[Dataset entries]
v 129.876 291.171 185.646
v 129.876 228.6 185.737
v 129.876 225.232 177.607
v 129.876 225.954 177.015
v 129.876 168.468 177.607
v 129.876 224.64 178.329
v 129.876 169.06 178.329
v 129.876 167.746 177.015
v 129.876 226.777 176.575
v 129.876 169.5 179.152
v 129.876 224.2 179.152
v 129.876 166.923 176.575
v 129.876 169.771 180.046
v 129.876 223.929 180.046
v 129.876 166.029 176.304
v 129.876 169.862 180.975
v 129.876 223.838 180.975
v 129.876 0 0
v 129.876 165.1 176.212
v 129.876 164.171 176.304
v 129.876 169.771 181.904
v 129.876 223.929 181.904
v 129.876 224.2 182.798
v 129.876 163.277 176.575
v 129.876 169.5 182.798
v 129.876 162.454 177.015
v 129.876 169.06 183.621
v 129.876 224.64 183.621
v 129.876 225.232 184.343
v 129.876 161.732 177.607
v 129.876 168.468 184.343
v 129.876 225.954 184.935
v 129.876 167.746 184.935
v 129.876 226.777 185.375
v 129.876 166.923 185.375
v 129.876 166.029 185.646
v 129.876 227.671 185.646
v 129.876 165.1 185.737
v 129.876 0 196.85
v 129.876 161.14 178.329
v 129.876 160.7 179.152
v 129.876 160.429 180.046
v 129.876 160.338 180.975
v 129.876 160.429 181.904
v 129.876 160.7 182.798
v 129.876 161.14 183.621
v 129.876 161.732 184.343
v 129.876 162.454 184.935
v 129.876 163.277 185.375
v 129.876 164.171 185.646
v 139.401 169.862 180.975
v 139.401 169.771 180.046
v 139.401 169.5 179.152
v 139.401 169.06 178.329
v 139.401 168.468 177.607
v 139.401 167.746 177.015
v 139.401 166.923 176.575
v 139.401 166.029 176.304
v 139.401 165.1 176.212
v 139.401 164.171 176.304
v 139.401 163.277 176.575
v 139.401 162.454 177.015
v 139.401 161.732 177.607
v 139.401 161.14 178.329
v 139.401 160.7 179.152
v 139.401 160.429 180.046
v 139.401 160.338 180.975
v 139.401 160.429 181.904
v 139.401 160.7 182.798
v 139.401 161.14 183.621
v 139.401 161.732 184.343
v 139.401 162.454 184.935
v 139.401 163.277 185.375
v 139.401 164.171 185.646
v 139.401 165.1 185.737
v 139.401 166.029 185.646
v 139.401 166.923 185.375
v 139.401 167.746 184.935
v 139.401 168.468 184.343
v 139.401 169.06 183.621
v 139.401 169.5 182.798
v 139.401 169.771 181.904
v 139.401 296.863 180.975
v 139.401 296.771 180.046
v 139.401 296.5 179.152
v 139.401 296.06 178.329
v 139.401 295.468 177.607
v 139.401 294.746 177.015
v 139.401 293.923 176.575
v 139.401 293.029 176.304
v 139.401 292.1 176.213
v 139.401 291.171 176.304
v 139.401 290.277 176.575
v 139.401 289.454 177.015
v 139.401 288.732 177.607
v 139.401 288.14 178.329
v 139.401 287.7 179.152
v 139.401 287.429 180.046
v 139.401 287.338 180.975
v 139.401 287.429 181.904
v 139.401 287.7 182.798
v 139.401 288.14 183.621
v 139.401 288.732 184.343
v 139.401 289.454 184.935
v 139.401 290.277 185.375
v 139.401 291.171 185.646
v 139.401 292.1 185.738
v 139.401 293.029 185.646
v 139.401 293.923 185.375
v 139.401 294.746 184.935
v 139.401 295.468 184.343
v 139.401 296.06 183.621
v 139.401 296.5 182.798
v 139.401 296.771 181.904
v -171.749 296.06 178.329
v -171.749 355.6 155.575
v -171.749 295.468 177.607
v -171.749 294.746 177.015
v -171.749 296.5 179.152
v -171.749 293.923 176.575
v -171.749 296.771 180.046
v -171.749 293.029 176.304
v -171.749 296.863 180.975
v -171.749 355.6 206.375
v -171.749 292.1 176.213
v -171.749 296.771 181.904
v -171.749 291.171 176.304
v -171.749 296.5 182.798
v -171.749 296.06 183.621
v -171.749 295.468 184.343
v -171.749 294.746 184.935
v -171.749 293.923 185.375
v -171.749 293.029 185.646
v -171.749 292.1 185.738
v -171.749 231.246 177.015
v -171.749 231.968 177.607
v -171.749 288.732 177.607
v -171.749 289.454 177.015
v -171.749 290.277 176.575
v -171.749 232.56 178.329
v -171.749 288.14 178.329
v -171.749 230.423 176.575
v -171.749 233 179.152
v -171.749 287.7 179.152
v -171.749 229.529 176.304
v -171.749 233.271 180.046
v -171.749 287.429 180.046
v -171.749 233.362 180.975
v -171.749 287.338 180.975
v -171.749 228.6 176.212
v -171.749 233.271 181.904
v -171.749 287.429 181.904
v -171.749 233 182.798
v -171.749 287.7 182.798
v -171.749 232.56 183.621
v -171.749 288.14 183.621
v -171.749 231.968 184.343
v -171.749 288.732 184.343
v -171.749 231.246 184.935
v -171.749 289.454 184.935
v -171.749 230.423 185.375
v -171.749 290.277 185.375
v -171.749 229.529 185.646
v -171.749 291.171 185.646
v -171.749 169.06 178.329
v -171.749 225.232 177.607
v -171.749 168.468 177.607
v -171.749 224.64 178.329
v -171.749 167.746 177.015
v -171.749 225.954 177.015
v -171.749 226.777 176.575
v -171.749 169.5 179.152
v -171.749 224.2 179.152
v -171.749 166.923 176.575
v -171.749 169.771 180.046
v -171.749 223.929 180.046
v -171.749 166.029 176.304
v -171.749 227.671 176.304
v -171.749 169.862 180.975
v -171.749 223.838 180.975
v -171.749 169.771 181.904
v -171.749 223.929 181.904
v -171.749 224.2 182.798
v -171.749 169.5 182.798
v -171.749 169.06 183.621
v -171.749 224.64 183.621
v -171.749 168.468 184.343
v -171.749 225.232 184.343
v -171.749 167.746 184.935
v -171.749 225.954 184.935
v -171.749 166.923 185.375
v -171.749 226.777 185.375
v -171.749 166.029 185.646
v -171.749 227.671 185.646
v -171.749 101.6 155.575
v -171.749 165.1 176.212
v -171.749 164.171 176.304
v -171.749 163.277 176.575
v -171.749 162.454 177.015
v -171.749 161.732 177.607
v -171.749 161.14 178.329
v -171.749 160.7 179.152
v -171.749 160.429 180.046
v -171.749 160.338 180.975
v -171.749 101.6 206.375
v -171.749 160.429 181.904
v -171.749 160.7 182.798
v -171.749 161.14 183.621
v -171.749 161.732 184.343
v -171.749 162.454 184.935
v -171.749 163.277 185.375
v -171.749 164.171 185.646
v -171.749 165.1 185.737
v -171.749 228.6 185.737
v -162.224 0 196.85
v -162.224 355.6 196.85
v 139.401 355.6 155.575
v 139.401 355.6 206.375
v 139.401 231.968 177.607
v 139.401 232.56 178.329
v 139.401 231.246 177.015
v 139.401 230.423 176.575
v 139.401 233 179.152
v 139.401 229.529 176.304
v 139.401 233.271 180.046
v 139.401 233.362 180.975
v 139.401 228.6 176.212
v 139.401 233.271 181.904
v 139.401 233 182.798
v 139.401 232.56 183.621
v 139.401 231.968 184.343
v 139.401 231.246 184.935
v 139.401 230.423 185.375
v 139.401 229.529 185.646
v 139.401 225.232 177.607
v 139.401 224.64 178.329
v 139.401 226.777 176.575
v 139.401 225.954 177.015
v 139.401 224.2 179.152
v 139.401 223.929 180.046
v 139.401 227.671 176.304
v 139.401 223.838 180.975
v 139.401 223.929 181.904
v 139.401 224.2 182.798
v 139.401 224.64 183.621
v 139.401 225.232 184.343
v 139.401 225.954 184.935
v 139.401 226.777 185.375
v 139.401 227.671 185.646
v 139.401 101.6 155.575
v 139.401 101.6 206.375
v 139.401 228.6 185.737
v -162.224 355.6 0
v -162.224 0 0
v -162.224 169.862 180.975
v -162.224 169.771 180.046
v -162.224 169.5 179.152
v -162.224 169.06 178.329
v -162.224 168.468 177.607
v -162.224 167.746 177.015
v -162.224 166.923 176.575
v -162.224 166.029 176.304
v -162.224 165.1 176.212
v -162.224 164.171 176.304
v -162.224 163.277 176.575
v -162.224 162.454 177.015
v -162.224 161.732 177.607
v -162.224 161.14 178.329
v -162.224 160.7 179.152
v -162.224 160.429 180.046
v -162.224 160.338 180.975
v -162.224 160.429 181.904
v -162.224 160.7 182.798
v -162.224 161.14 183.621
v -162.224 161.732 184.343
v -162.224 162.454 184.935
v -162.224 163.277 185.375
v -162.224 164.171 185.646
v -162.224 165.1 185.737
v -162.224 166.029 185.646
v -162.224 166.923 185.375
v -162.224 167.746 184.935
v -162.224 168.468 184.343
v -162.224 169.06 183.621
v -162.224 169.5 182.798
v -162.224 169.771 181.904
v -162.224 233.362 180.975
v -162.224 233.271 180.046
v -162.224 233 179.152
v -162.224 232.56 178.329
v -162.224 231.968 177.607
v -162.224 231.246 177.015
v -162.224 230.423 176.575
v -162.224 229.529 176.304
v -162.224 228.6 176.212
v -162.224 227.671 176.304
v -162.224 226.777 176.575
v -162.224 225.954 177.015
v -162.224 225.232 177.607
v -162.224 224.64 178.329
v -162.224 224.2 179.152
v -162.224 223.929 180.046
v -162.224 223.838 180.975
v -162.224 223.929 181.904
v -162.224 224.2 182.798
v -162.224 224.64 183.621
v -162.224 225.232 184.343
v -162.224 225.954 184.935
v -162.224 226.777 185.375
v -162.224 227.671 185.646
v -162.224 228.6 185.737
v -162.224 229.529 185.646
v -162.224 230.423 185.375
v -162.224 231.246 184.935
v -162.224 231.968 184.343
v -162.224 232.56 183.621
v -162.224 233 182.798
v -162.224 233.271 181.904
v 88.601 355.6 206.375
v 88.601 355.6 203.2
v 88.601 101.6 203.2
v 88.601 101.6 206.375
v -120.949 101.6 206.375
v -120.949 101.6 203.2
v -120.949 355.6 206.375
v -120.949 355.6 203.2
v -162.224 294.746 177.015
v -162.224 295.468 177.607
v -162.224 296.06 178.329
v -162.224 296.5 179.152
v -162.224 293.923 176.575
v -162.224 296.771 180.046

**Your task:**
Which lines run from the one holding "v 129.876 226.777 176.575" through the one holding "v 129.876 164.171 176.304" in the records above? Repeat them exactly, both included, and nothing more.

**Solved exercise:**
v 129.876 226.777 176.575
v 129.876 169.5 179.152
v 129.876 224.2 179.152
v 129.876 166.923 176.575
v 129.876 169.771 180.046
v 129.876 223.929 180.046
v 129.876 166.029 176.304
v 129.876 169.862 180.975
v 129.876 223.838 180.975
v 129.876 0 0
v 129.876 165.1 176.212
v 129.876 164.171 176.304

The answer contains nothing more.